▶ [WHAT TO DO] Only a number is expected in reply: the number of lines below that include the word "revolve".
EXERCISE MATERIALS Block Start
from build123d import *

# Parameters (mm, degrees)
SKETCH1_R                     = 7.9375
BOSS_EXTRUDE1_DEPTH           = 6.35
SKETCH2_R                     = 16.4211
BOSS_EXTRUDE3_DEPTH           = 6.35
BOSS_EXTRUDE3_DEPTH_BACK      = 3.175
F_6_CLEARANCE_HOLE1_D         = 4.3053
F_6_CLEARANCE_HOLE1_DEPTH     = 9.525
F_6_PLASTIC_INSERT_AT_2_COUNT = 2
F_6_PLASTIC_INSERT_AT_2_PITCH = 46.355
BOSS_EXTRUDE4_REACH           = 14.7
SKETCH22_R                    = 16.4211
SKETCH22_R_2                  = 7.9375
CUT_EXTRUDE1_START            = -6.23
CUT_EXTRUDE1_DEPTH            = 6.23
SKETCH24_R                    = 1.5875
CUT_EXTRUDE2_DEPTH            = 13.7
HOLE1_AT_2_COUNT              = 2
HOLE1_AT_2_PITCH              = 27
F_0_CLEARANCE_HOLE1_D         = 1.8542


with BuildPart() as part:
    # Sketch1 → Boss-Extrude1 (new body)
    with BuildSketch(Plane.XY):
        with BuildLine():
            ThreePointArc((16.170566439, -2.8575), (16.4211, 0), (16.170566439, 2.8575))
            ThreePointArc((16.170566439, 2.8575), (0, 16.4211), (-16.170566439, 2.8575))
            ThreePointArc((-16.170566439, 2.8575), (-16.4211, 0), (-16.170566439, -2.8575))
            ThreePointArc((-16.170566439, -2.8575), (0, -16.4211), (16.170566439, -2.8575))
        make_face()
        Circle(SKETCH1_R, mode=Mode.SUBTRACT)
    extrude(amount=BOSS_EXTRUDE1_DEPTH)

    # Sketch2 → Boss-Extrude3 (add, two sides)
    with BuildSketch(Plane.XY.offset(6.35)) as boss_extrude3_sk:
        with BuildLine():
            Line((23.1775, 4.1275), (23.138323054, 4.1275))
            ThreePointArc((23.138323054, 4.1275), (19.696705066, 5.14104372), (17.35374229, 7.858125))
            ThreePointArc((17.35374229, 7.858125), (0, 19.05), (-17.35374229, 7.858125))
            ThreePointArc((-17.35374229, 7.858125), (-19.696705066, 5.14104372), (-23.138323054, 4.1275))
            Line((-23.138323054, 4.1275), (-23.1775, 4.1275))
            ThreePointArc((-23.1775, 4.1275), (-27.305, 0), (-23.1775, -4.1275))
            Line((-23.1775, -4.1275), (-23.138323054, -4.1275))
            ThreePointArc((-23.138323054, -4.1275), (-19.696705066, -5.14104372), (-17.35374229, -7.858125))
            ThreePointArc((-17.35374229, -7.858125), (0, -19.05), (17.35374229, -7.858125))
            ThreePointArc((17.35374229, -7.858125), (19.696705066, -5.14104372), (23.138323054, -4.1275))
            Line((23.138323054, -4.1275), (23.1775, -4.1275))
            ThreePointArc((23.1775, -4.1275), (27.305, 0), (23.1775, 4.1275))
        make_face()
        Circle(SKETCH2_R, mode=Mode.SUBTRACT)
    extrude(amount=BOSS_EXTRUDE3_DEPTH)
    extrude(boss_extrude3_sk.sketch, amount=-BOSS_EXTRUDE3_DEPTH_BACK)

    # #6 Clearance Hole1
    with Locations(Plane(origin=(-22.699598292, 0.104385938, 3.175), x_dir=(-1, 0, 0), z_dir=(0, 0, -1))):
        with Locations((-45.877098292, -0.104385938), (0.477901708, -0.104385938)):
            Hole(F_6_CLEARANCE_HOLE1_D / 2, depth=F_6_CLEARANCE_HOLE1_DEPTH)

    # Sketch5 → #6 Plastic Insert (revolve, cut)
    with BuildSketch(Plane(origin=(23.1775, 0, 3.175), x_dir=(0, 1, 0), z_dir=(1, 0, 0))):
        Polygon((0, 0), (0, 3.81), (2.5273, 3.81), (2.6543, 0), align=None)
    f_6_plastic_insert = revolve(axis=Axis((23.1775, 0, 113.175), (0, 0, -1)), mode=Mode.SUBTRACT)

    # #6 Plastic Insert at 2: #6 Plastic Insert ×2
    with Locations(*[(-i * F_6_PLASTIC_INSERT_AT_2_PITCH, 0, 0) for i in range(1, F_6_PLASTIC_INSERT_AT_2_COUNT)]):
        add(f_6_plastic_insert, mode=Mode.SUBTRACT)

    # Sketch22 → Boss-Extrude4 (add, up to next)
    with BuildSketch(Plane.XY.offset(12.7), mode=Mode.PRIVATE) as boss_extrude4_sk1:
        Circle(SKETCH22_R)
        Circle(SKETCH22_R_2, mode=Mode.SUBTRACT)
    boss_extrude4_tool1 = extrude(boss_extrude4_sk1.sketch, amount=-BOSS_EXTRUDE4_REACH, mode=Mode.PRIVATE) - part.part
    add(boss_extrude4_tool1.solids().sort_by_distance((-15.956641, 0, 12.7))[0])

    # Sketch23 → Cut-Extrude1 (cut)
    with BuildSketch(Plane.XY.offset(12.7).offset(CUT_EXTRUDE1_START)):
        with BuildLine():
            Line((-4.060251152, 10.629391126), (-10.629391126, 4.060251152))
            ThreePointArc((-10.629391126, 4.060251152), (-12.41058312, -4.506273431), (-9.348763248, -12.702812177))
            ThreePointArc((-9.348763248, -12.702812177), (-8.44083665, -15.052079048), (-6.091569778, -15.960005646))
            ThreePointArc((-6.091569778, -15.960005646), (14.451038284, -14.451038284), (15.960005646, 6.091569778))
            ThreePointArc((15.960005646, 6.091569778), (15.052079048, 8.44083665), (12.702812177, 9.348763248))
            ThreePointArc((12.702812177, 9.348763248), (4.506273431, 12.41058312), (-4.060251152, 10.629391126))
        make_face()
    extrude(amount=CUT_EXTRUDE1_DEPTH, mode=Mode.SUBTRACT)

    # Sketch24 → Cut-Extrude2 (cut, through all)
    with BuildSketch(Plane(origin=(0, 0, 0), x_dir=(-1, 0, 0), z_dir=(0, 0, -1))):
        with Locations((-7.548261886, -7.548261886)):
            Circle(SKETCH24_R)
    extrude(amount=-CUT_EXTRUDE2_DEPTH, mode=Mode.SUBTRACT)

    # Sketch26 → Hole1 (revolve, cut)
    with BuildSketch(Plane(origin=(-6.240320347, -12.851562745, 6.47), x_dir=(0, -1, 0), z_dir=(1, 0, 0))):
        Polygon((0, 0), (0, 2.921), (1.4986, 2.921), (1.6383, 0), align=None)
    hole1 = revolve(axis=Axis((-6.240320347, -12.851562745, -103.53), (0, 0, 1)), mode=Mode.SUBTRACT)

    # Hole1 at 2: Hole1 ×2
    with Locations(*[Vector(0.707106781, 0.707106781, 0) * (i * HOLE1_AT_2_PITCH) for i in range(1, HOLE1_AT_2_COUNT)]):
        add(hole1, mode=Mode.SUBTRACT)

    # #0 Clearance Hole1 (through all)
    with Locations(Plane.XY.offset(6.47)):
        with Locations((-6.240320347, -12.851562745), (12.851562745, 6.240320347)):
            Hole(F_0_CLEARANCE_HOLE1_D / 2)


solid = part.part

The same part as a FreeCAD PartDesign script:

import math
import FreeCAD as App
import Part
import Sketcher

V = App.Vector
Q = App.Units.Quantity

doc = App.newDocument("Part")
body = doc.addObject("PartDesign::Body", "Body")

sketch1 = doc.addObject("Sketcher::SketchObject", "Sketch")
body.addObject(sketch1)
sketch1.AttachmentSupport = (doc.XY_Plane, [""])
sketch1.MapMode = "FlatFace"
sketch1.addGeometry([
    Part.ArcOfCircle(Part.Circle(V(0, 0, 0), V(0, 0, 1), 16), math.radians(-10), math.radians(10)),
    Part.ArcOfCircle(Part.Circle(V(0, 0, 0), V(0, 0, 1), 16), math.radians(10), math.radians(170)),
    Part.ArcOfCircle(Part.Circle(V(0, 0, 0), V(0, 0, 1), 16), math.radians(170), math.radians(190)),
    Part.ArcOfCircle(Part.Circle(V(0, 0, 0), V(0, 0, 1), 16), math.radians(-170), math.radians(-10)),
    Part.Circle(V(0, 0, 0), V(0, 0, 1), 8),
], False)
sketch1.addConstraint([
    Sketcher.Constraint("Tangent", 0, 2, 1, 1),
    Sketcher.Constraint("Tangent", 1, 2, 2, 1),
    Sketcher.Constraint("Tangent", 2, 2, 3, 1),
    Sketcher.Constraint("Tangent", 3, 2, 0, 1),
    Sketcher.Constraint("Coincident", 0, 3, -1, 1),
    Sketcher.Constraint("Coincident", 4, 3, -1, 1),
    Sketcher.Constraint("Equal", 0, 1),
    Sketcher.Constraint("Horizontal", 0, 2, 1, 2),
    Sketcher.Constraint("Horizontal", 2, 2, 3, 2),
    Sketcher.Constraint("Vertical", 1, 2, 2, 2),
    Sketcher.Constraint("Diameter", 4, Q("0.625 in")),
    Sketcher.Constraint("Radius", 0, Q("0.6465 in")),
    Sketcher.Constraint("DistanceY", 2, 2, 1, 2, Q("0.225 in")),
])
pad1 = doc.addObject("PartDesign::Pad", "Pad")
body.addObject(pad1)
pad1.Profile = sketch1
pad1.Length = Q("0.25 in")

sketch2 = doc.addObject("Sketcher::SketchObject", "Sketch001")
body.addObject(sketch2)
sketch2.AttachmentSupport = (doc.XY_Plane, [""])
sketch2.MapMode = "FlatFace"
sketch2.AttachmentOffset = App.Placement(V(0, 0, 0.25 * 25.4), App.Rotation())
sketch2.addGeometry([
    Part.LineSegment(V(23.177, 4.128, 0), V(23.138, 4.128, 0)),
    Part.ArcOfCircle(Part.Circle(V(23.138, 10.477, 0), V(0, 0, 1), 6.35), math.radians(-156), math.radians(-90)),
    Part.ArcOfCircle(Part.Circle(V(0, 0, 0), V(0, 0, 1), 19.05), math.radians(24), math.radians(156)),
    Part.ArcOfCircle(Part.Circle(V(-23.138, 10.477, 0), V(0, 0, 1), 6.35), math.radians(-90), math.radians(-24)),
    Part.LineSegment(V(-23.138, 4.128, 0), V(-23.177, 4.128, 0)),
    Part.ArcOfCircle(Part.Circle(V(-23.177, 0, 0), V(0, 0, 1), 4.128), math.radians(90), math.radians(270)),
    Part.LineSegment(V(-23.177, -4.128, 0), V(-23.138, -4.128, 0)),
    Part.ArcOfCircle(Part.Circle(V(-23.138, -10.477, 0), V(0, 0, 1), 6.35), math.radians(24), math.radians(90)),
    Part.ArcOfCircle(Part.Circle(V(0, 0, 0), V(0, 0, 1), 19.05), math.radians(-156), math.radians(-24)),
    Part.ArcOfCircle(Part.Circle(V(23.138, -10.477, 0), V(0, 0, 1), 6.35), math.radians(90), math.radians(156)),
    Part.LineSegment(V(23.138, -4.128, 0), V(23.177, -4.128, 0)),
    Part.ArcOfCircle(Part.Circle(V(23.177, 0, 0), V(0, 0, 1), 4.128), math.radians(-90), math.radians(90)),
    Part.Circle(V(0, 0, 0), V(0, 0, 1), 16.421),
], False)
sketch2.addConstraint([
    Sketcher.Constraint("Tangent", 0, 2, 1, 2),
    Sketcher.Constraint("Tangent", 1, 1, 2, 1),
    Sketcher.Constraint("Tangent", 2, 2, 3, 2),
    Sketcher.Constraint("Tangent", 3, 1, 4, 1),
    Sketcher.Constraint("Tangent", 4, 2, 5, 1),
    Sketcher.Constraint("Tangent", 5, 2, 6, 1),
    Sketcher.Constraint("Tangent", 6, 2, 7, 2),
    Sketcher.Constraint("Tangent", 7, 1, 8, 1),
    Sketcher.Constraint("Tangent", 8, 2, 9, 2),
    Sketcher.Constraint("Tangent", 9, 1, 10, 1),
    Sketcher.Constraint("Tangent", 10, 2, 11, 1),
    Sketcher.Constraint("Tangent", 11, 2, 0, 1),
    Sketcher.Constraint("Horizontal", 0),
    Sketcher.Constraint("Horizontal", 4),
    Sketcher.Constraint("Horizontal", 6),
    Sketcher.Constraint("Horizontal", 10),
    Sketcher.Constraint("Coincident", 2, 3, -1, 1),
    Sketcher.Constraint("Coincident", 8, 3, -1, 1),
    Sketcher.Constraint("Coincident", 12, 3, -1, 1),
    Sketcher.Constraint("Equal", 1, 3),
    Sketcher.Constraint("Equal", 3, 7),
    Sketcher.Constraint("Equal", 2, 8),
    Sketcher.Constraint("Equal", 7, 9),
    Sketcher.Constraint("Equal", 5, 11),
    Sketcher.Constraint("Symmetric", 5, 3, 11, 3, -1, 1),
    Sketcher.Constraint("PointOnObject", 5, 3, -1),
    Sketcher.Constraint("Radius", 1, Q("0.25 in")),
    Sketcher.Constraint("Radius", 2, Q("0.75 in")),
    Sketcher.Constraint("Diameter", 12, Q("1.293 in")),
    Sketcher.Constraint("Radius", 5, Q("0.1625 in")),
    Sketcher.Constraint("DistanceX", 5, 3, 11, 3, Q("1.825 in")),
])
pad2 = doc.addObject("PartDesign::Pad", "Pad001")
body.addObject(pad2)
pad2.Profile = sketch2
pad2.Type = "TwoLengths"
pad2.Length = Q("0.25 in")
pad2.Length2 = Q("0.125 in")

sketch3 = doc.addObject("Sketcher::SketchObject", "Sketch002")
body.addObject(sketch3)
sketch3.AttachmentSupport = (doc.XY_Plane, [""])
sketch3.MapMode = "FlatFace"
sketch3.AttachmentOffset = App.Placement(V(0, 0, 0.125 * 25.4), App.Rotation())
sketch3.addGeometry([
    Part.Circle(V(23.2, 0, 0), V(0, 0, 1), 2.2),
    Part.Circle(V(-23.2, 0, 0), V(0, 0, 1), 2.2),
], False)
sketch3.addConstraint([
    Sketcher.Constraint("Equal", 0, 1),
    Sketcher.Constraint("Symmetric", 0, 3, 1, 3, -1, 1),
    Sketcher.Constraint("PointOnObject", 0, 3, -1),
    Sketcher.Constraint("Diameter", 0, Q("0.1695 in")),
    Sketcher.Constraint("DistanceX", 1, 3, 0, 3, Q("1.825 in")),
])
doc.recompute()
hole = doc.addObject("PartDesign::Hole", "Hole")
body.addObject(hole)
hole.Profile = sketch3
hole.ThreadType = "None"
hole.Diameter = Q("0.1695 in")
hole.DepthType = "Dimension"
hole.Depth = Q("0.375 in")
hole.DrillPoint = "Flat"
hole.Reversed = True

sketch4 = doc.addObject("Sketcher::SketchObject", "Sketch003")
body.addObject(sketch4)
sketch4.AttachmentSupport = (doc.YZ_Plane, [""])
sketch4.MapMode = "FlatFace"
sketch4.AttachmentOffset = App.Placement(V(0, 0, 0.9125 * 25.4), App.Rotation())
sketch4.addGeometry([
    Part.LineSegment(V(0, 7, 0), V(0, 3.2, 0)),
    Part.LineSegment(V(0, 3.2, 0), V(2.7, 3.2, 0)),
    Part.LineSegment(V(2.7, 3.2, 0), V(2.5, 7, 0)),
    Part.LineSegment(V(2.5, 7, 0), V(0, 7, 0)),
], False)
sketch4.addConstraint([
    Sketcher.Constraint("Coincident", 0, 2, 1, 1),
    Sketcher.Constraint("Coincident", 1, 2, 2, 1),
    Sketcher.Constraint("Coincident", 2, 2, 3, 1),
    Sketcher.Constraint("Coincident", 3, 2, 0, 1),
    Sketcher.Constraint("Vertical", 0),
    Sketcher.Constraint("Horizontal", 1),
    Sketcher.Constraint("Horizontal", 3),
    Sketcher.Constraint("PointOnObject", 0, 2, -2),
    Sketcher.Constraint("DistanceY", 0, 2, 0, 1, Q("0.15 in")),
    Sketcher.Constraint("DistanceX", 1, 1, 1, 2, Q("0.1045 in")),
    Sketcher.Constraint("DistanceX", 3, 2, 3, 1, Q("0.0995 in")),
    Sketcher.Constraint("DistanceY", -1, 1, 0, 2, Q("0.125 in")),
])
groove = doc.addObject("PartDesign::Groove", "Groove")
body.addObject(groove)
groove.Profile = sketch4
groove.ReferenceAxis = (sketch4, ["V_Axis"])
groove.Angle = 360
doc.recompute()

linearpattern = doc.addObject("PartDesign::LinearPattern", "LinearPattern")
body.addObject(linearpattern)
linearpattern.Originals = [groove]
linearpattern.Direction = (doc.X_Axis, [""])
linearpattern.Mode = "offset"
linearpattern.Offset = Q("1.825 in")
linearpattern.Occurrences = 2
linearpattern.Reversed = True
body.Tip = linearpattern

sketch5 = doc.addObject("Sketcher::SketchObject", "Sketch004")
body.addObject(sketch5)
sketch5.AttachmentSupport = (doc.XY_Plane, [""])
sketch5.MapMode = "FlatFace"
sketch5.AttachmentOffset = App.Placement(V(0, 0, 0.5 * 25.4), App.Rotation())
sketch5.addGeometry([
    Part.Circle(V(0, 0, 0), V(0, 0, 1), 16),
    Part.Circle(V(0, 0, 0), V(0, 0, 1), 8),
], False)
sketch5.addConstraint([
    Sketcher.Constraint("Coincident", 0, 3, -1, 1),
    Sketcher.Constraint("Coincident", 1, 3, -1, 1),
    Sketcher.Constraint("Diameter", 0, Q("1.293 in")),
    Sketcher.Constraint("Diameter", 1, Q("0.625 in")),
])
pad3 = doc.addObject("PartDesign::Pad", "Pad002")
body.addObject(pad3)
pad3.Profile = sketch5
pad3.Length = Q("0.25 in")
pad3.Reversed = True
EXERCISE MATERIALS Block End
▶ [ANSWER SPACE] 4